STATEMENT-1 : The orthogonal trajectory of a family of circles touching x-axis at origin and whose centre the on y-axis is self orthogonal.
and
STATEMENT-2 : In order to find the orthogonal trajectory of a family of curves we put `-(dx)/(dy)` in place of `(dy)/(dx)` in the differential equation of the given family of curves.

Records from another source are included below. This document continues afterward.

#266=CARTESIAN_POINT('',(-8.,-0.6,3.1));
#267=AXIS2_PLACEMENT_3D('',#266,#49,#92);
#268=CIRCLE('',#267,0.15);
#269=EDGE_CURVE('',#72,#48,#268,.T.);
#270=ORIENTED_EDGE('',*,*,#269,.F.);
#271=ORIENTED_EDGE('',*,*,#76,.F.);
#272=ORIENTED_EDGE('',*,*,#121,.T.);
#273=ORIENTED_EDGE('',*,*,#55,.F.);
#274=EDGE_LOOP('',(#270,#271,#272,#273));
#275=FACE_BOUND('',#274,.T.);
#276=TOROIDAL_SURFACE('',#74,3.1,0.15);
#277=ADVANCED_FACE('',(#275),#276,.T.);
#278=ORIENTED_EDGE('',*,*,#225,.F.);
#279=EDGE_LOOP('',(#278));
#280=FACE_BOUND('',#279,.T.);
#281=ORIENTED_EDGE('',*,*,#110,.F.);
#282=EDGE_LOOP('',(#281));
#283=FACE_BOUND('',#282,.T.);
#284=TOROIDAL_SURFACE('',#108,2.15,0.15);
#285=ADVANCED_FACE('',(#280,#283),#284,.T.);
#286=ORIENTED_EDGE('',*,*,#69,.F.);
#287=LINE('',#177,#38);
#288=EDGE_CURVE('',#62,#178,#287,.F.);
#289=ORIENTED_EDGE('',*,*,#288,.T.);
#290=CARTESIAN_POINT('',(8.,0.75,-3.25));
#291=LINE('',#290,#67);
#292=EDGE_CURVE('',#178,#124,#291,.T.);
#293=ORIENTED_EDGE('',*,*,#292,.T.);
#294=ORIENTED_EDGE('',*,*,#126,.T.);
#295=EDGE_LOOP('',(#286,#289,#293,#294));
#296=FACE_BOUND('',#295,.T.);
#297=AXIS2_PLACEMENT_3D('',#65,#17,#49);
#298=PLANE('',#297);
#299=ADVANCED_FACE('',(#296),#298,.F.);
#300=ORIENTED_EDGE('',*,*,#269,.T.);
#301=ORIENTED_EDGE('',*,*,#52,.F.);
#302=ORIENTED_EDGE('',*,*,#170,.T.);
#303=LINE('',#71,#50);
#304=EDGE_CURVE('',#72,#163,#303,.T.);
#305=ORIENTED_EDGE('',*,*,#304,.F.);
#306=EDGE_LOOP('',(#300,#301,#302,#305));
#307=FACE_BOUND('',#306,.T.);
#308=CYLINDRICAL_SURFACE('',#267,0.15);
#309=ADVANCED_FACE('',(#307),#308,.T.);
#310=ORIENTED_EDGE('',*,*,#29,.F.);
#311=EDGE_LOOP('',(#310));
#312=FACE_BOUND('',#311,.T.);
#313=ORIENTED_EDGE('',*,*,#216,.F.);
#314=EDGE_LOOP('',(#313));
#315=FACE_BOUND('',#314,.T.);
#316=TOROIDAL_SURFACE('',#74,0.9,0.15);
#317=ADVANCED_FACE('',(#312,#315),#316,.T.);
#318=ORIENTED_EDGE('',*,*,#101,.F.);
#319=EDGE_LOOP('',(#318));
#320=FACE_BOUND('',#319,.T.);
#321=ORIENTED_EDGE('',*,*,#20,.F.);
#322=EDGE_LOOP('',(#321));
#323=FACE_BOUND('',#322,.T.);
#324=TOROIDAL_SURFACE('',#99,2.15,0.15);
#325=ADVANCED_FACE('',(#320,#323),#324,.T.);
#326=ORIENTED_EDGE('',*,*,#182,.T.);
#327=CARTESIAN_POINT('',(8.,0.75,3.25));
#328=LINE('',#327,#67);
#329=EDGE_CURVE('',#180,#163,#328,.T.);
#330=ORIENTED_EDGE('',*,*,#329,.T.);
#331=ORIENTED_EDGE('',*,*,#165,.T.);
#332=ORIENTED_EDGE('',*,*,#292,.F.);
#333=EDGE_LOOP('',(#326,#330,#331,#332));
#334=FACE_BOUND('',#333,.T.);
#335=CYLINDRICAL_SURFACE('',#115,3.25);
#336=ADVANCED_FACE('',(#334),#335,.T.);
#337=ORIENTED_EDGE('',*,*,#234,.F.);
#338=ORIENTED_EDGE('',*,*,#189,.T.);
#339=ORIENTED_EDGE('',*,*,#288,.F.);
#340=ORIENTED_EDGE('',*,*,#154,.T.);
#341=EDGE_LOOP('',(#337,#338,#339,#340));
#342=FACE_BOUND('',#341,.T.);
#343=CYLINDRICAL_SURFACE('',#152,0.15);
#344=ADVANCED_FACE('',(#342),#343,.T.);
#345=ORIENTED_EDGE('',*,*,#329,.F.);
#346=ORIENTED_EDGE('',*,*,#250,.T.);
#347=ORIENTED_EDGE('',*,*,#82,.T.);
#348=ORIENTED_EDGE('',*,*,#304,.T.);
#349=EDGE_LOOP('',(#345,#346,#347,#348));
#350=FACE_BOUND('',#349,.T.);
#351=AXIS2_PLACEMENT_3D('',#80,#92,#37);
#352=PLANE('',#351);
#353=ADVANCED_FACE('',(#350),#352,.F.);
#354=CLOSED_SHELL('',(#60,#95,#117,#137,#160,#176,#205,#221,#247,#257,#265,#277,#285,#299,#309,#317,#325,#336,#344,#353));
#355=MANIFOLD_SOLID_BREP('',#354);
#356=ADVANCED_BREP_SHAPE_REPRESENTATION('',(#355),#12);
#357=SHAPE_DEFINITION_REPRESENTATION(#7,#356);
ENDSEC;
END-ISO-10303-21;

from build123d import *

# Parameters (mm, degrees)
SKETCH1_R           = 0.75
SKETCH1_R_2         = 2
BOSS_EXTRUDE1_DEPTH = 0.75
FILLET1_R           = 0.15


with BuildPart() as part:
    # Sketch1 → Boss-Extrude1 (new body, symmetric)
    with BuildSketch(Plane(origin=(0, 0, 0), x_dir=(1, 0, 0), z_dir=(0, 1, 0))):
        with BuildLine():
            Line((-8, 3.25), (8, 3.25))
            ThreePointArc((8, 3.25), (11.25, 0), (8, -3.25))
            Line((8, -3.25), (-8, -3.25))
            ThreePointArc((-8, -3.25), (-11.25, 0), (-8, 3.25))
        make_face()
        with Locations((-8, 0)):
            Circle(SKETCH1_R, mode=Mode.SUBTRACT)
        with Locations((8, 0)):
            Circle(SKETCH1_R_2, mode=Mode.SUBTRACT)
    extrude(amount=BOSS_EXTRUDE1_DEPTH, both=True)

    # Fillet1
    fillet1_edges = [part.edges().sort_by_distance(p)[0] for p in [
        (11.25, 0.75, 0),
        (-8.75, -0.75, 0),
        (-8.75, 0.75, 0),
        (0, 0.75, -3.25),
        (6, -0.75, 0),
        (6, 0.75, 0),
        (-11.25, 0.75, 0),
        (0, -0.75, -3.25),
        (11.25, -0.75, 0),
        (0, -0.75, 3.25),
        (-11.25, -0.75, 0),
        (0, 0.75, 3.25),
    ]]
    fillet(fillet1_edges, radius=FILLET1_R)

To solve the problem, we need to analyze the statements provided and derive the necessary conclusions step by step. ### Step 1: Understanding the Family of Circles The family of circles mentioned in Statement 1 touches the x-axis at the origin and has centers on the y-axis. The general equation of such a circle can be written as: \[ x^2 + (y - k)^2 = k^2 \] where \( k \) is the y-coordinate of the center of the circle. ### Step 2: Simplifying the Circle Equation Expanding the equation gives: \[ x^2 + (y^2 - 2ky + k^2) = k^2 \] This simplifies to: \[ x^2 + y^2 - 2ky = 0 \] ### Step 3: Finding the Differential Equation To find the orthogonal trajectory, we need to differentiate the equation with respect to \( x \): \[ \frac{d}{dx}(x^2 + y^2 - 2ky) = 0 \] This leads to: \[ 2x + 2y \frac{dy}{dx} - 2k \frac{dy}{dx} = 0 \] Rearranging gives: \[ (2y - 2k) \frac{dy}{dx} = -2x \] Thus, \[ \frac{dy}{dx} = \frac{-2x}{2y - 2k} = \frac{-x}{y - k} \] ### Step 4: Finding the Orthogonal Trajectory For orthogonal trajectories, we replace \(\frac{dy}{dx}\) with \(-\frac{dx}{dy}\): \[ -\frac{dx}{dy} = \frac{-x}{y - k} \implies \frac{dx}{dy} = \frac{x}{y - k} \] ### Step 5: Solving the Differential Equation This equation can be solved using separation of variables: \[ \frac{dx}{x} = \frac{dy}{y - k} \] Integrating both sides: \[ \ln |x| = \ln |y - k| + C \] Exponentiating gives: \[ |x| = C|y - k| \] Thus, we can express this as: \[ x = C(y - k) \] ### Step 6: Analyzing Self-Orthogonality To check if the orthogonal trajectories are self-orthogonal, we need to see if the resulting curves intersect orthogonally. This requires examining the slopes of the curves at their intersection points. ### Conclusion on Statements 1. **Statement 1**: The orthogonal trajectory of the family of circles is self-orthogonal. This is **false** because the derived orthogonal trajectories do not intersect the original family of circles orthogonally. 2. **Statement 2**: The method for finding orthogonal trajectories by replacing \(\frac{dy}{dx}\) with \(-\frac{dx}{dy}\) is indeed correct. This is **true**. ### Final Answer Thus, Statement 1 is false, and Statement 2 is true.